Not unlike the end result of feeding pigs, which produces a type of fertilizer that can work in a field, but definitely should not be used on a garden. I'm pretty sure, however, that most Americans don't want to think about what is fertilizing some of those organic crops they are scarfing down by the very expensive bushel. [See, I told you I grew up on a farm. I can throw terms like bushel around, and look really smart, even if I don't know what I'm talking about. Which in this case, I actually do.]
Entire industries revolve around the delicate taste of "the other white meat." It has supported a nationwide obsession with barbecue joints, not to mention men with grills, and of course, the National Pork Producers Council, which works hard every day to protect the fine image of the pig. Imagine, a whole national council to promote the right of every citizen to die by pork sausage patty. Is this a great country or what?
The government, with its usual keen finger on the pulse of the nation, has sponsored a study of pigs, to determine once and for all if Porky is smarter than Doc. Apparently, the results of this study were mixed. While some pigs appear to be smart enough to build houses of brick and send the wolves at the door packing, (or turn them into stew,) other pigs are not quite so hard working. I mean seriously, straw? Twigs? Natural selection at play on that one, I would say.
Pigs are not only found in animated entertainment or fine children's literature, however. We use, or abuse, the pig in daily life on an ongoing basis, and without it, we would be bereft of many colorful cliches, without which, I, for one, would be unable to write this blog.
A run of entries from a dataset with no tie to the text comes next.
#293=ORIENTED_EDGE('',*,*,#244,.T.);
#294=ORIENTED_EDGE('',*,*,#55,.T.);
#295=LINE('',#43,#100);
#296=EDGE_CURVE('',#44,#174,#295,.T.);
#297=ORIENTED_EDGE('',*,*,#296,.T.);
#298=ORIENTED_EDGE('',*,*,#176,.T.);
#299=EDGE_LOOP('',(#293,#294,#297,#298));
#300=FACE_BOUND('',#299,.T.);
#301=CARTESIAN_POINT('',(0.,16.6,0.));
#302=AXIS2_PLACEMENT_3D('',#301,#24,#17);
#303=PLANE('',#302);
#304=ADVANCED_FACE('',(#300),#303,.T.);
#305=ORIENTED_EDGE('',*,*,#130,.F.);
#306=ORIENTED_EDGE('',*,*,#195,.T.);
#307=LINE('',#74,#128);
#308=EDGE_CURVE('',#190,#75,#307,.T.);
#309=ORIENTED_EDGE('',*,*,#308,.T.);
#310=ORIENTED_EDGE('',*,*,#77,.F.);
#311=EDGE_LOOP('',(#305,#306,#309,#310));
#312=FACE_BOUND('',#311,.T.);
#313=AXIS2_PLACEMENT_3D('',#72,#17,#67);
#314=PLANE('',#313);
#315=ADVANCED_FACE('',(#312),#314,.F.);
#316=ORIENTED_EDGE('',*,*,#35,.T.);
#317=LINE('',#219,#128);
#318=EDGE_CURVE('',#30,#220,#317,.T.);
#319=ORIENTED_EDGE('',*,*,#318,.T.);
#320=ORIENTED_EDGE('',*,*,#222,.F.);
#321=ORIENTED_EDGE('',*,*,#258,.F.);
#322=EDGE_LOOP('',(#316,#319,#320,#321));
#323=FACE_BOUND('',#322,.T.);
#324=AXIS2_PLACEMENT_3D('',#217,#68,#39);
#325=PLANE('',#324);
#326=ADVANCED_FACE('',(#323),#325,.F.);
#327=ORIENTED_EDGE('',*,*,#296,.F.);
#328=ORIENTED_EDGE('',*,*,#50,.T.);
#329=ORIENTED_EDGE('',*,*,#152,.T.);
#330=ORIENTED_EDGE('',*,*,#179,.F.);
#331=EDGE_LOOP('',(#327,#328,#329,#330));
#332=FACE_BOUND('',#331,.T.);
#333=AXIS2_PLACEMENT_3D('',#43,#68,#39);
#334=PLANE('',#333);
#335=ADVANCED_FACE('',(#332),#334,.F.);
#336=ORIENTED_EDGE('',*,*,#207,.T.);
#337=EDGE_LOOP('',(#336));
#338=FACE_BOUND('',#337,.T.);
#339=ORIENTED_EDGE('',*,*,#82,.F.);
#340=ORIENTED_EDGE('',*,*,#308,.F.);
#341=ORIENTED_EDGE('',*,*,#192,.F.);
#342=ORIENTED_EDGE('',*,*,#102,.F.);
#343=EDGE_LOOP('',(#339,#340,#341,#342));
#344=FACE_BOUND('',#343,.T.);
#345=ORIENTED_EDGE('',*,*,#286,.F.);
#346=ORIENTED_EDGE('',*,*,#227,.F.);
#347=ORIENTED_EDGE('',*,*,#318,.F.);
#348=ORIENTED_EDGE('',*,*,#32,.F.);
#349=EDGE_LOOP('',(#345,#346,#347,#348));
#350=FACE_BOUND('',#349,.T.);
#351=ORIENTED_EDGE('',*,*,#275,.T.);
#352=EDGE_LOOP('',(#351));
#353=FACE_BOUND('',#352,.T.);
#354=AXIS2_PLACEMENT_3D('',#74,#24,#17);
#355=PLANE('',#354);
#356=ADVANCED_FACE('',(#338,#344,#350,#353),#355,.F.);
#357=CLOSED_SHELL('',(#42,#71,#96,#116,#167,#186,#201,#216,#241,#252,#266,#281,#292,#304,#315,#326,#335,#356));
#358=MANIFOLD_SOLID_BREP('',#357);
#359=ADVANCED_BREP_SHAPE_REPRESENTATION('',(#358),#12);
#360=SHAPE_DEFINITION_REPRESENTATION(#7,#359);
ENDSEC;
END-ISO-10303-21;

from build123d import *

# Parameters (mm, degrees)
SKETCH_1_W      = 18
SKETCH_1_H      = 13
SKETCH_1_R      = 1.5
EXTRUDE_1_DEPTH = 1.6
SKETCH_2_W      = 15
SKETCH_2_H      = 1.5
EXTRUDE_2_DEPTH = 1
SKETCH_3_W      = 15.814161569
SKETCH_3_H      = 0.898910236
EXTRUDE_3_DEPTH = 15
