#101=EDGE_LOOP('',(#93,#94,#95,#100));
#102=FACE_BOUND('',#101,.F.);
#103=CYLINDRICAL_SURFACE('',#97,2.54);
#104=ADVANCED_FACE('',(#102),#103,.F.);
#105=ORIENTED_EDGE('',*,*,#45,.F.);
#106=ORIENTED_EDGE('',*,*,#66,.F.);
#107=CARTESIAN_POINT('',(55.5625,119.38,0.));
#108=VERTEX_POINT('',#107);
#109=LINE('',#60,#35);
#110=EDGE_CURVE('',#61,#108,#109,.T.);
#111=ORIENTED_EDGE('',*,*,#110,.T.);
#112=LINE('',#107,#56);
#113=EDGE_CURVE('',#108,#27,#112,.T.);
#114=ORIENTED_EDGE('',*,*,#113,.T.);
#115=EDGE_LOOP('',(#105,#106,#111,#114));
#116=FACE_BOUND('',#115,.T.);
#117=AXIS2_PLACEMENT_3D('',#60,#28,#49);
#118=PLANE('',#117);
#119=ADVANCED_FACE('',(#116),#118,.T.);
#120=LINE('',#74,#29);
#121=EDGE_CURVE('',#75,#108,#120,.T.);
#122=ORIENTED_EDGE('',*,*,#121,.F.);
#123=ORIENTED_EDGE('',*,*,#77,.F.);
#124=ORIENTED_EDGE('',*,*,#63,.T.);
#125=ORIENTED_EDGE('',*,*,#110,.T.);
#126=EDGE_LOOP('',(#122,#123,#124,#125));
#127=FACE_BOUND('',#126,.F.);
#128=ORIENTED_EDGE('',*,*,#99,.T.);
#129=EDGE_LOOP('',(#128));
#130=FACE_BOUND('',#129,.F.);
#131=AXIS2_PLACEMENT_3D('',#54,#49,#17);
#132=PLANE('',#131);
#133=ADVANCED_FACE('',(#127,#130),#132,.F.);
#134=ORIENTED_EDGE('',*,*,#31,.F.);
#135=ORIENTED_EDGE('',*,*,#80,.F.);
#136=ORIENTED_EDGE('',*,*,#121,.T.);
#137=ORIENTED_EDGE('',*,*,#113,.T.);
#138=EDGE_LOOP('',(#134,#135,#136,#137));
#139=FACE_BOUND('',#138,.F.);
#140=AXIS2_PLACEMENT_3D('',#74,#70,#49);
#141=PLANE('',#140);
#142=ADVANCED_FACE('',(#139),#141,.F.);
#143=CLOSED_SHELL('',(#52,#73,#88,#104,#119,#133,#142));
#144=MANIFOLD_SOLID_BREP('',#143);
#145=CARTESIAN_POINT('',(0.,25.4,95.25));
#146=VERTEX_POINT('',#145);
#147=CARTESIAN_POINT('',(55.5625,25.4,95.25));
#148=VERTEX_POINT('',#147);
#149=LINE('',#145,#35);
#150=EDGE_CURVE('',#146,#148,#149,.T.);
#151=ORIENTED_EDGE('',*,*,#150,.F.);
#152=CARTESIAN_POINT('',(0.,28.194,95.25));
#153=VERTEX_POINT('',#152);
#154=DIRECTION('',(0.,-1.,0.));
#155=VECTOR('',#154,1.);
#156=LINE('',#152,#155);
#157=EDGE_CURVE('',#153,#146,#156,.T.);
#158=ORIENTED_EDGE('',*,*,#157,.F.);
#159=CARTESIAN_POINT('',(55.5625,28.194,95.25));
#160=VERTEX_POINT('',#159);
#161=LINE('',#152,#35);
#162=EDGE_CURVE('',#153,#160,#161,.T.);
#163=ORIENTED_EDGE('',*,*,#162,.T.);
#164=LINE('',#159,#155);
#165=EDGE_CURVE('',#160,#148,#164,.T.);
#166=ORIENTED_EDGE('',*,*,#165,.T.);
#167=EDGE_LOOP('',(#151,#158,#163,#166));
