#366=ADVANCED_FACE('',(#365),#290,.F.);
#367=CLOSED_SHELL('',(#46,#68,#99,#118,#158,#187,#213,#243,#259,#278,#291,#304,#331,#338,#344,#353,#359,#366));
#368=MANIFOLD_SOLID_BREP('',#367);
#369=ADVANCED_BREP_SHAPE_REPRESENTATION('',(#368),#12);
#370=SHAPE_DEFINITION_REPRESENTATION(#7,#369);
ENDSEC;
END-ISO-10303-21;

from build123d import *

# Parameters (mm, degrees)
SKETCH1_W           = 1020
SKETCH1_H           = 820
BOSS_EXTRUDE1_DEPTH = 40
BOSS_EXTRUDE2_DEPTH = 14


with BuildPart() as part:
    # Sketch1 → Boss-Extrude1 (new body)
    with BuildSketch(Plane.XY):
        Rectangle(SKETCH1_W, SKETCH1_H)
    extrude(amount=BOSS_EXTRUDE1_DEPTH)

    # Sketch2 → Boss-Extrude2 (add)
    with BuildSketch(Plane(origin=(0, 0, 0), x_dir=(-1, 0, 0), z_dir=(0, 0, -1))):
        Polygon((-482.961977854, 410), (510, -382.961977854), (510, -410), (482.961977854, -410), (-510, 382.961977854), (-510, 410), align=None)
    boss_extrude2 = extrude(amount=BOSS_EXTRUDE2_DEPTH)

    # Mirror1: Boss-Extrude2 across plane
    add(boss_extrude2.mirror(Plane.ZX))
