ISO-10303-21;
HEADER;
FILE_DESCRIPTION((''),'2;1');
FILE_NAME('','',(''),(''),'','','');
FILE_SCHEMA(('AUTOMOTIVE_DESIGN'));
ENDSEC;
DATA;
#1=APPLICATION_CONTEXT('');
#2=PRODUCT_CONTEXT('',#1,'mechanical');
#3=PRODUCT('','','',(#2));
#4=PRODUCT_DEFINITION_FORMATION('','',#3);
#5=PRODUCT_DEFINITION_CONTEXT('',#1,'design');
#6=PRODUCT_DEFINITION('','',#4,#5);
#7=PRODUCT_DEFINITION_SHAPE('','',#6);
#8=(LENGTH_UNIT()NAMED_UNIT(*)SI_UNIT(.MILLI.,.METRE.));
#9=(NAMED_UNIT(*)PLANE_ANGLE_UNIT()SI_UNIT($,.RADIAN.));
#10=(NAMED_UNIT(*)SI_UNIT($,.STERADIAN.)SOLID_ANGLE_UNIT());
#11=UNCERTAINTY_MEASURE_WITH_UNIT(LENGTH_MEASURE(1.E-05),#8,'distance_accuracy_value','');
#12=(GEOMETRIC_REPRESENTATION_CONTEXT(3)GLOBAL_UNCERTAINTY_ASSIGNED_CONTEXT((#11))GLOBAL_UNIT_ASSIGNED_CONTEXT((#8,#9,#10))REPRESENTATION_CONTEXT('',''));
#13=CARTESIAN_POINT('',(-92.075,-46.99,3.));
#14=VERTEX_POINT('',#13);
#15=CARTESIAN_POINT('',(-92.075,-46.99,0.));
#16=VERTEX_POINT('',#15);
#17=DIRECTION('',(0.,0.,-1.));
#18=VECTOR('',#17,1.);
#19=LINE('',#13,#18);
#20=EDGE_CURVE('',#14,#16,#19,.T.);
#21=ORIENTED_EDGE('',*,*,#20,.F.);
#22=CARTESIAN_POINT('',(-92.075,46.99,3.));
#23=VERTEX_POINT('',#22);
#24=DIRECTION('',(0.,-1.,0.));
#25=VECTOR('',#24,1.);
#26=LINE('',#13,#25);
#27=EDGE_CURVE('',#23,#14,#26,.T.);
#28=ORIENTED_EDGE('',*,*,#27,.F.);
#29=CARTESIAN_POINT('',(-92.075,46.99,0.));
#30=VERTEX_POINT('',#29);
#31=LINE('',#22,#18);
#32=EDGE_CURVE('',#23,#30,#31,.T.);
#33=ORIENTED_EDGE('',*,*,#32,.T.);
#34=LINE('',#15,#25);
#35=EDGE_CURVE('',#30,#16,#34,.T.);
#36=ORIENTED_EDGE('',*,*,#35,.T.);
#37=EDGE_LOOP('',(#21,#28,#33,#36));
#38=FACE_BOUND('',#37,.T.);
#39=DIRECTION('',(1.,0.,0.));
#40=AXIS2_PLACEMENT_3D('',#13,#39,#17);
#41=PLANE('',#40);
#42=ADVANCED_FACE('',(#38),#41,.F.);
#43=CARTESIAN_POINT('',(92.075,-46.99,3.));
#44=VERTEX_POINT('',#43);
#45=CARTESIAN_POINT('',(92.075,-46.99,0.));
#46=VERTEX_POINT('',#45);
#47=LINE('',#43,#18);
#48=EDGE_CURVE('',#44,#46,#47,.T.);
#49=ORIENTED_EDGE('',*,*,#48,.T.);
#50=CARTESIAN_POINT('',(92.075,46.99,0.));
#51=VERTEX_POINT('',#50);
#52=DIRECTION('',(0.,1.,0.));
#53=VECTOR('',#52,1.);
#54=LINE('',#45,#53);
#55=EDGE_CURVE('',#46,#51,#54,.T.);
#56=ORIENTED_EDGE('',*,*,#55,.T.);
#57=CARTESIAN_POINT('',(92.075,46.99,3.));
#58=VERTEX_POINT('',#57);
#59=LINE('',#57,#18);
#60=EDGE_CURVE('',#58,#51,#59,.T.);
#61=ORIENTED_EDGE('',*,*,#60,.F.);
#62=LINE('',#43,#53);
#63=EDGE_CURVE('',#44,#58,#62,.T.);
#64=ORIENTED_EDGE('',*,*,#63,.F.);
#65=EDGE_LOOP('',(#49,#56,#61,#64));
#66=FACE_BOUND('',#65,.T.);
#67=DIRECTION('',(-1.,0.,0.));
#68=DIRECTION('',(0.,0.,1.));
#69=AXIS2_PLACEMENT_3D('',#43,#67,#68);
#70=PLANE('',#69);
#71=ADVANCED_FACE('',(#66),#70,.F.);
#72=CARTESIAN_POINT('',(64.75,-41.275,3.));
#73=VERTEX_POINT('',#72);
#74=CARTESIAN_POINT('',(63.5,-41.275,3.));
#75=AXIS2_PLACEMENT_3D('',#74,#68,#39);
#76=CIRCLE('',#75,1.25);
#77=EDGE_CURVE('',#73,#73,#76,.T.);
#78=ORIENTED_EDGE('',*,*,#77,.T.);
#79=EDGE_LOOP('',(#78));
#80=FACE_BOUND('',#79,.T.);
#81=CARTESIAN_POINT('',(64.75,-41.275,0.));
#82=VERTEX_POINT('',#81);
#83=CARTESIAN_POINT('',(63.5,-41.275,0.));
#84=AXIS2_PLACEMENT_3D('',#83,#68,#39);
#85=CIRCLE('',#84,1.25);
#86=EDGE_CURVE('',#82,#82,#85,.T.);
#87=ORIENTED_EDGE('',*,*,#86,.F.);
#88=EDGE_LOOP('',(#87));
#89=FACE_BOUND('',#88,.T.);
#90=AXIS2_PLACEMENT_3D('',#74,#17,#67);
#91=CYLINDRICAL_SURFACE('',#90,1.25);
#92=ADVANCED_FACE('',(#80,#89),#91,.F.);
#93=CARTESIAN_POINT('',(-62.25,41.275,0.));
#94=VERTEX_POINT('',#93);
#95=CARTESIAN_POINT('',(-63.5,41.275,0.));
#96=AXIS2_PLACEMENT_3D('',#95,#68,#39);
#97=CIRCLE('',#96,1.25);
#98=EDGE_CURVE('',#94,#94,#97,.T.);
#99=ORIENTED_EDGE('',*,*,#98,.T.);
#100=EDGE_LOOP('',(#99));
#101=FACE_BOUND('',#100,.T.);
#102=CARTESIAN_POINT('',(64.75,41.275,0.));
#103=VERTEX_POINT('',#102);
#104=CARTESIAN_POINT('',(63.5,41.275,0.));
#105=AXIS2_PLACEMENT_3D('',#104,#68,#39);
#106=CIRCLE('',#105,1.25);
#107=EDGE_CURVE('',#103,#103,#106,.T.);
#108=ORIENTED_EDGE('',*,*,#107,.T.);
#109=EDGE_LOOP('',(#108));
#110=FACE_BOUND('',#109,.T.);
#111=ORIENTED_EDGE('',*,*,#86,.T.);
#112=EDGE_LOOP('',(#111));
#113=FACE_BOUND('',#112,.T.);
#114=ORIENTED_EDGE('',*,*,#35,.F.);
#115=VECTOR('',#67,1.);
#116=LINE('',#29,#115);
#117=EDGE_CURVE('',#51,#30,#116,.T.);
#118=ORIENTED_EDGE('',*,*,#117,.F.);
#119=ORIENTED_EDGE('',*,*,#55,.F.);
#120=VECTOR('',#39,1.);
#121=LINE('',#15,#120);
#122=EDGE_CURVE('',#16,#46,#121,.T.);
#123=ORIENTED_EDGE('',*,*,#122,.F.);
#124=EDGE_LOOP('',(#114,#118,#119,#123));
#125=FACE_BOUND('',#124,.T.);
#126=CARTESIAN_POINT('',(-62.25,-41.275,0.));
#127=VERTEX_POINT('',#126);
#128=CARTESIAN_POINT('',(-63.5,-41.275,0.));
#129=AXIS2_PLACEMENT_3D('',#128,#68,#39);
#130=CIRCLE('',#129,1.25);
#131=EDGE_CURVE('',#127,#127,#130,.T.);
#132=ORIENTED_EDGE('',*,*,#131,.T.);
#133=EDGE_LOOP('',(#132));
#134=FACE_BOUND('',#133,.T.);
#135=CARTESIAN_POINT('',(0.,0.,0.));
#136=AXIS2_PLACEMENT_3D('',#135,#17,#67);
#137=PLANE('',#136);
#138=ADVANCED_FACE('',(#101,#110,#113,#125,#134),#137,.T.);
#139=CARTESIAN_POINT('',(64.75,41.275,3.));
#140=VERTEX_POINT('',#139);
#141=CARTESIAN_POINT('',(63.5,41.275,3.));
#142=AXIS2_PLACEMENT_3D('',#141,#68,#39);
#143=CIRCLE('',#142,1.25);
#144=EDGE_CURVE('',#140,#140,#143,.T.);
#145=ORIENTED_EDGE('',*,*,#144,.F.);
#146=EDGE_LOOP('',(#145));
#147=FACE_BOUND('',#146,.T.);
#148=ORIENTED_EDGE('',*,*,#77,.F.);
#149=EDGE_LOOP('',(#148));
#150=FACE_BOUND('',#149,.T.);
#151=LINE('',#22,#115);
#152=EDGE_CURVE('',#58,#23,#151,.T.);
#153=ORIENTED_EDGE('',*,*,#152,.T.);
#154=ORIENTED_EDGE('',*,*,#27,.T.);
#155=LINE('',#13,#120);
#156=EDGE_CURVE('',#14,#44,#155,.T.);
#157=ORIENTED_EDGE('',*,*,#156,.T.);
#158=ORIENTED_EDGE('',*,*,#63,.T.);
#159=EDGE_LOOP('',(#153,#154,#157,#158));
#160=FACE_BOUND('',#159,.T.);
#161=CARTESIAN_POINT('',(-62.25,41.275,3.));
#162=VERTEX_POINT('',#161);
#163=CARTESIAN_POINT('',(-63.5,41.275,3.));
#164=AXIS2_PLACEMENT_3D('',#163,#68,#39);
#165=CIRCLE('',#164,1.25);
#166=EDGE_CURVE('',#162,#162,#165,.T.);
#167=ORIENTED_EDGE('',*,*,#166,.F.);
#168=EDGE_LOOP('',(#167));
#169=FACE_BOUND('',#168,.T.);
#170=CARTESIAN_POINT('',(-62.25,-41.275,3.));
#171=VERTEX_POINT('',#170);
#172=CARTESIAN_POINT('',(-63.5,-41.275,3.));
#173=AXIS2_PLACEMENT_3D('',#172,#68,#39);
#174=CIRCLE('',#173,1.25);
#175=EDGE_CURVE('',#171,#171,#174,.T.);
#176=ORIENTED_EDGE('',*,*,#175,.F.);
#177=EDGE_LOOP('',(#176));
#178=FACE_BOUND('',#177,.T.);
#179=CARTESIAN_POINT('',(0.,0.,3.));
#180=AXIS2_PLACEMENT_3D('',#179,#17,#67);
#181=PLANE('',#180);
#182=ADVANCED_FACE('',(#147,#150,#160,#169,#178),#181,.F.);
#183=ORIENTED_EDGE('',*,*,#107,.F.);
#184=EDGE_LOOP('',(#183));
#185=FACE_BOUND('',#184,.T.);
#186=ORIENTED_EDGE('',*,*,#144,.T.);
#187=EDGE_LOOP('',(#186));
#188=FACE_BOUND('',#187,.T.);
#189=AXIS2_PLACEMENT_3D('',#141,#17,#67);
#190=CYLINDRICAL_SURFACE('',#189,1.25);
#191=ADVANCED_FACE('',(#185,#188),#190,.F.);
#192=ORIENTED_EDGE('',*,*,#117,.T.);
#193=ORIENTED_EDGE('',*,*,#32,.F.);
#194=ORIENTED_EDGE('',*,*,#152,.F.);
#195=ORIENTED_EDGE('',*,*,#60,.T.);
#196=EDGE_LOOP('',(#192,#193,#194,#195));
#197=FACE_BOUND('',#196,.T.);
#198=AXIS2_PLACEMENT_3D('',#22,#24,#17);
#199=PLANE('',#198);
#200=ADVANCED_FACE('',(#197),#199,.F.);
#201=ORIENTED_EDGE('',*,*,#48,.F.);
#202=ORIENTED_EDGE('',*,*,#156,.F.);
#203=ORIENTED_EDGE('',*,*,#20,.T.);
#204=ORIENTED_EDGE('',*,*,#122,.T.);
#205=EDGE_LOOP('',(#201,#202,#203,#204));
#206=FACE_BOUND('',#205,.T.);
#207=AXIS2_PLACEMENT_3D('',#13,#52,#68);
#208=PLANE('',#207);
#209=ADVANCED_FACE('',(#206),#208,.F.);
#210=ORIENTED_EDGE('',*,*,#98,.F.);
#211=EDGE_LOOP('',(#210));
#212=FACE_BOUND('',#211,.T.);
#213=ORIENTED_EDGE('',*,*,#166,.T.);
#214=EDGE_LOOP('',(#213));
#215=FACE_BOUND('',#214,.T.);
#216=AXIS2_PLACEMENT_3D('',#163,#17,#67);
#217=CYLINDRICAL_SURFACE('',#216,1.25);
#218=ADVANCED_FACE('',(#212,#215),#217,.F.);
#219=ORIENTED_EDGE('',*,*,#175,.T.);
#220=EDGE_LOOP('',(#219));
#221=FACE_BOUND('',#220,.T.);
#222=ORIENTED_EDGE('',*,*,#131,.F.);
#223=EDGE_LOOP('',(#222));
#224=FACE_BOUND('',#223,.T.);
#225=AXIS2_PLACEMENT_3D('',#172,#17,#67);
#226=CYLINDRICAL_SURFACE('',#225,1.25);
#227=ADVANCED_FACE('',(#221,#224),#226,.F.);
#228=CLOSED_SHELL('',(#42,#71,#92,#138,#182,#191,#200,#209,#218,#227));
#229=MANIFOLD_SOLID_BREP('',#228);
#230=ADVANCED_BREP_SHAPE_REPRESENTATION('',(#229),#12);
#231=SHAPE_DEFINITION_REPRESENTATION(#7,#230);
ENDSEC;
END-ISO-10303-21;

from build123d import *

# Parameters (mm, degrees)
SKETCH2_W           = 184.15
SKETCH2_H           = 93.98
SKETCH2_R           = 1.25
BOSS_EXTRUDE1_DEPTH = 3


with BuildPart() as part:
    # Sketch2 → Boss-Extrude1 (new body)
    with BuildSketch(Plane.XY):
        Rectangle(SKETCH2_W, SKETCH2_H)
        with Locations((-63.5, 41.275)):
            Circle(SKETCH2_R, mode=Mode.SUBTRACT)
        with Locations((63.5, -41.275)):
            Circle(SKETCH2_R, mode=Mode.SUBTRACT)
        with Locations((-63.5, -41.275)):
            Circle(SKETCH2_R, mode=Mode.SUBTRACT)
        with Locations((63.5, 41.275)):
            Circle(SKETCH2_R, mode=Mode.SUBTRACT)
    extrude(amount=BOSS_EXTRUDE1_DEPTH)


solid = part.part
It has been said that you can't make a silk purse out of a sow's ear. This has obvious meaning, and requires little explanation, unless you don't know silk comes from a worm and not a pig. In which case, you shouldn't be using that metaphor, anyway. [And if that is the case, I once again must urge you to get off the blogs and into a library or a good book, because you are woefully ignorant.]
When we accuse someone of eating like a pig, the meaning is clear, although perhaps a little unfair, since pigs prefer a rather healthy diet of grains and fruits and vegetables, unlike the humans who are being so described. By the way, pigs today are fed carefully controlled menus, to produce the exact amount of meat and fat required for the modern diner. Aren't you glad to know that the spare ribs you will grill were designed just for your tastes?
Someone who is stubborn is pig-headed. We bleed like a stuck pig, and we have as much difficulty achieving our tasks as catching a greased pig.
Some of the phrases are a little less clear. What, exactly, is a pig in a poke? I am guessing we are not talking about a porky Pillsbury Doughboy. And why on earth did we start looking for pigs to fly, I wonder?
Pigs, those versatile creatures, are a complete package it seems. They provide us with food and dog toys. They have played a role in educating generations of children through fine literature, not to mention pointing out that straw does not make for a sturdy dwelling. They have given us a wealth of colloquial sayings, and their animated adventures are part of the history of television. Pigs have provided us with art, and even music. "Who's afraid of the big bad wolf...?" Anyway. Foolish or smart, pigs are an integral part of our informal language and American life.
And now, apparently pigs have broken the barrier into high fashion, because just the other day I heard that not only do we dress pigs, but they are wearing lipstick as well. Do you think Petunia will start her own label?